Ole,
        I had not considered the case where value classes ( return or parameters)
used by an interface do not exist on the client.  Thanks for pointing that
out.  I believe that your approach of adding the interface JAR to the
manifest classpath in the implemetation JAR will work as well.
If you follow that approach, you could have a separate directory for all
interface JARs;
the implementation JAR would contain only the EJB implemetation classes, and
all interface and value
classes would reside in the interface JAR.  Nice.

David, regarding the approach you outlined below:

>> That said, there is a way to do it relatively painlessly.  Suppose you
have
>> classes A and B as above.  Instead of putting main() in A, put main in
some
>> 3rd class C.  Then load A dynamically with URLClassLoader, and instaniate
it
>> using reflection.  B will then be loaded by the same classloader and
>> everyone is happy.  This is just what Jboss does, right?  It creates a
>> classloader that sees your ejb jar.  Then it instantiates the ejb class
in
>> classloader, and the rest of the classes are brought along
>> automatically.  Again, dynamic classloading is appropriate here BECAUSE
>> jboss doesnt know what classes it will be dealing with.

That's exactly the conclusion I reached!  Implicit class-loading via a
"bootstrap" class that loads
everything else using a URLClasLoader w/ system class loader as its parent,
and reflection rather than direct
reference to instantiate classes, invoke methods, etc.

Thanks to everyone on the list (Rikard, Tom, Ole, Alexander, others) that
helped clear this up for me.

cheers,

Joe Barefoot


-----Original Message-----
From: [EMAIL PROTECTED]
[mailto:[EMAIL PROTECTED]]On Behalf Of Ole Husgaard
Sent: Thursday, February 15, 2001 6:30 PM
To: JBoss-User
Subject: Re: [jBoss-User] DYNAMIC CLASSLOADING


Hi,

Joe Barefoot wrote:
>
> I'm trying to get dynamic loading of the interface classes using the
> webserver to work also...
>
> Ole, you say that classes in the EJB JAR are not served by the web server?

Sorry, I was wrong here.


> If this is true (I'll take your word for it), dynamic class loading is
only
> useful if one
> adopts your approach and just put the interface jars in the class path.
> Unfortunately, there's no way to add
> a JAR to the classpath at runtime (as far as I know), so you would have to
> bounce the server
> or use a custom class loader.

I guess that the interface jar can be
added to the manifest classpath of the
implementation jar and any other bean
jars that use the interface.


> Also, why is there no "sure way" to differentiate between interface
classes
> and implementation classes?
> Seems to me that you could just check the type of classes in the JAR and
> only serve those that are of
> type EJBOjbect or EJBHome, which would only be the interface classes.
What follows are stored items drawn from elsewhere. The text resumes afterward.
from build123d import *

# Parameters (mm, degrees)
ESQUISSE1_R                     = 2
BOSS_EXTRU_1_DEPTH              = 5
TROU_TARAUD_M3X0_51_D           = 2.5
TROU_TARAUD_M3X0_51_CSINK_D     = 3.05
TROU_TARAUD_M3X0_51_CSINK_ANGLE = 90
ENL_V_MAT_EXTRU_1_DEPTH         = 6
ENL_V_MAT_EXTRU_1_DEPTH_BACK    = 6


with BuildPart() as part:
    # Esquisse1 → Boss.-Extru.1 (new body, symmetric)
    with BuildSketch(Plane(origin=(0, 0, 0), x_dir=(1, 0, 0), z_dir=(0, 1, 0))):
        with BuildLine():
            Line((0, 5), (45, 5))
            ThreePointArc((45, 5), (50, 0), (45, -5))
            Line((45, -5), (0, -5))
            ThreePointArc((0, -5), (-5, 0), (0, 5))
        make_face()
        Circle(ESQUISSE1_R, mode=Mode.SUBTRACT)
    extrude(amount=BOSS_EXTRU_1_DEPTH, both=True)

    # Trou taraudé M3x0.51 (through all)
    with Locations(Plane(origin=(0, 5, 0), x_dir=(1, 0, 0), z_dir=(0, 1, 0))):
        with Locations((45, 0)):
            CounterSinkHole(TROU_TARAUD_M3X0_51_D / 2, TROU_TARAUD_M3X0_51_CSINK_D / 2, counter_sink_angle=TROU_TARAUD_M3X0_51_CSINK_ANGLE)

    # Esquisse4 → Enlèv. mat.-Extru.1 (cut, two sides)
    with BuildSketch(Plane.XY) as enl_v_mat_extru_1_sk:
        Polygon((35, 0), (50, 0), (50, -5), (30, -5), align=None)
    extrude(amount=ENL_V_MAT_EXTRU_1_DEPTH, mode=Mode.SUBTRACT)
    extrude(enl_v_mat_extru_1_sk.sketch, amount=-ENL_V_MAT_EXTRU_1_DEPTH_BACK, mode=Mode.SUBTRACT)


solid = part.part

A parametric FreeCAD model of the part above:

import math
import FreeCAD as App
import Part
import Sketcher
Q = App.Units.Quantity


def add_polygon(sketch, points):
    """Adds a closed chain of lines whose ends are joined by coincident constraints."""
    first, n = sketch.GeometryCount, len(points)
    for a, b in zip(points, points[1:] + points[:1]):
        sketch.addGeometry(Part.LineSegment(App.Vector(*a, 0), App.Vector(*b, 0)), False)
    for i in range(n):
        sketch.addConstraint(Sketcher.Constraint("Coincident", first + i, 2, first + (i + 1) % n, 1))

doc = App.newDocument("Part")
body = doc.addObject("PartDesign::Body", "Body")

# Sketch on XZ plane
sketch1 = body.newObject("Sketcher::SketchObject", "Sketch")
sketch1.AttachmentSupport = (doc.getObject("XZ_Plane"), [""])
sketch1.MapMode = "FlatFace"
sketch1.addGeometry(Part.LineSegment(App.Vector(45, -5, 0), App.Vector(0, -5, 0)), False)
sketch1.addGeometry(Part.ArcOfCircle(Part.Circle(App.Vector(0, 0, 0), App.Vector(0, 0, 1), 5), math.radians(90), math.radians(270)), False)
sketch1.addGeometry(Part.LineSegment(App.Vector(0, 5, 0), App.Vector(45, 5, 0)), False)
sketch1.addGeometry(Part.ArcOfCircle(Part.Circle(App.Vector(45, 0, 0), App.Vector(0, 0, 1), 5), math.radians(-90), math.radians(90)), False)
sketch1.addGeometry(Part.Circle(App.Vector(0, 0, 0), App.Vector(0, 0, 1), 2), False)
sketch1.addConstraint(Sketcher.Constraint("Tangent", 0, 2, 1, 2))
sketch1.addConstraint(Sketcher.Constraint("Tangent", 1, 1, 2, 1))
sketch1.addConstraint(Sketcher.Constraint("Tangent", 2, 2, 3, 2))
sketch1.addConstraint(Sketcher.Constraint("Tangent", 3, 1, 0, 1))
sketch1.addConstraint(Sketcher.Constraint("Horizontal", 0))
sketch1.addConstraint(Sketcher.Constraint("Horizontal", 2))
sketch1.addConstraint(Sketcher.Constraint("Coincident", 1, 3, -1, 1))
sketch1.addConstraint(Sketcher.Constraint("Coincident", 4, 3, -1, 1))
sketch1.addConstraint(Sketcher.Constraint("Diameter", 4, Q("4 mm")))
sketch1.addConstraint(Sketcher.Constraint("Radius", 1, Q("5 mm")))
sketch1.addConstraint(Sketcher.Constraint("DistanceX", 0, 2, 0, 1, Q("45 mm")))
pad1 = body.newObject("PartDesign::Pad", "Pad")
pad1.Profile = sketch1
pad1.Length = 10
pad1.Midplane = True

# Sketch on XZ plane
sketch2 = body.newObject("Sketcher::SketchObject", "Sketch001")
sketch2.AttachmentSupport = (doc.getObject("XZ_Plane"), [""])
sketch2.MapMode = "FlatFace"
sketch2.AttachmentOffset = App.Placement(App.Vector(0, 0, -5), App.Rotation())
sketch2.addGeometry(Part.Circle(App.Vector(45, 0, 0), App.Vector(0, 0, 1), 1.25), False)
sketch2.addConstraint(Sketcher.Constraint("PointOnObject", 0, 3, -1))
sketch2.addConstraint(Sketcher.Constraint("Diameter", 0, Q("2.5 mm")))
sketch2.addConstraint(Sketcher.Constraint("DistanceX", -1, 1, 0, 3, Q("45 mm")))
doc.recompute()
hole = body.newObject("PartDesign::Hole", "Hole")
hole.Profile = sketch2
hole.ThreadType = "None"
hole.Diameter = 2.5
hole.DepthType = "ThroughAll"
hole.HoleCutType = "Countersink"
hole.HoleCutDiameter = 3.05
hole.HoleCutCountersinkAngle = 90
hole.Reversed = True

# Sketch on XY plane
sketch3 = body.newObject("Sketcher::SketchObject", "Sketch002")
sketch3.AttachmentSupport = (doc.getObject("XY_Plane"), [""])
sketch3.MapMode = "FlatFace"
add_polygon(sketch3, [(50, 0), (35, 0), (30, -5), (50, -5)])  # lines 0-3
sketch3.addConstraint(Sketcher.Constraint("Horizontal", 0))
sketch3.addConstraint(Sketcher.Constraint("Horizontal", 2))
sketch3.addConstraint(Sketcher.Constraint("Vertical", 3))
sketch3.addConstraint(Sketcher.Constraint("PointOnObject", 0, 2, -1))
sketch3.addConstraint(Sketcher.Constraint("DistanceX", 0, 2, 0, 1, Q("15 mm")))
sketch3.addConstraint(Sketcher.Constraint("DistanceX", 2, 1, 2, 2, Q("20 mm")))
sketch3.addConstraint(Sketcher.Constraint("DistanceY", 3, 1, 3, 2, Q("5 mm")))
sketch3.addConstraint(Sketcher.Constraint("DistanceX", -1, 1, 0, 2, Q("35 mm")))
pocket1 = body.newObject("PartDesign::Pocket", "Pocket")
pocket1.Profile = sketch3
pocket1.Type = "ThroughAll"
pocket1.Midplane = True

doc.recompute()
The home and remote interfaces are easy
to identify as interface. Also primary
key for entities.
But value classes are not handled that
easily: Consider the remote interface
having a method:
  void doSomething(Work toDo);
Now, if the bean jar has classes:
  class Work { ... }
  class ExtWork extends Work { ... }
  class IntWork extends Work { ... }
Clearly, class Work belongs in the
interface, but how about the subclasses?
It could be that IntWork is for the
bean to use internally only, while
ExtWork is meant to be used from the
client. But there is not sure mechanical
way of finding out, given an EJB jar
only.


Best Regards,

Ole Husgaard.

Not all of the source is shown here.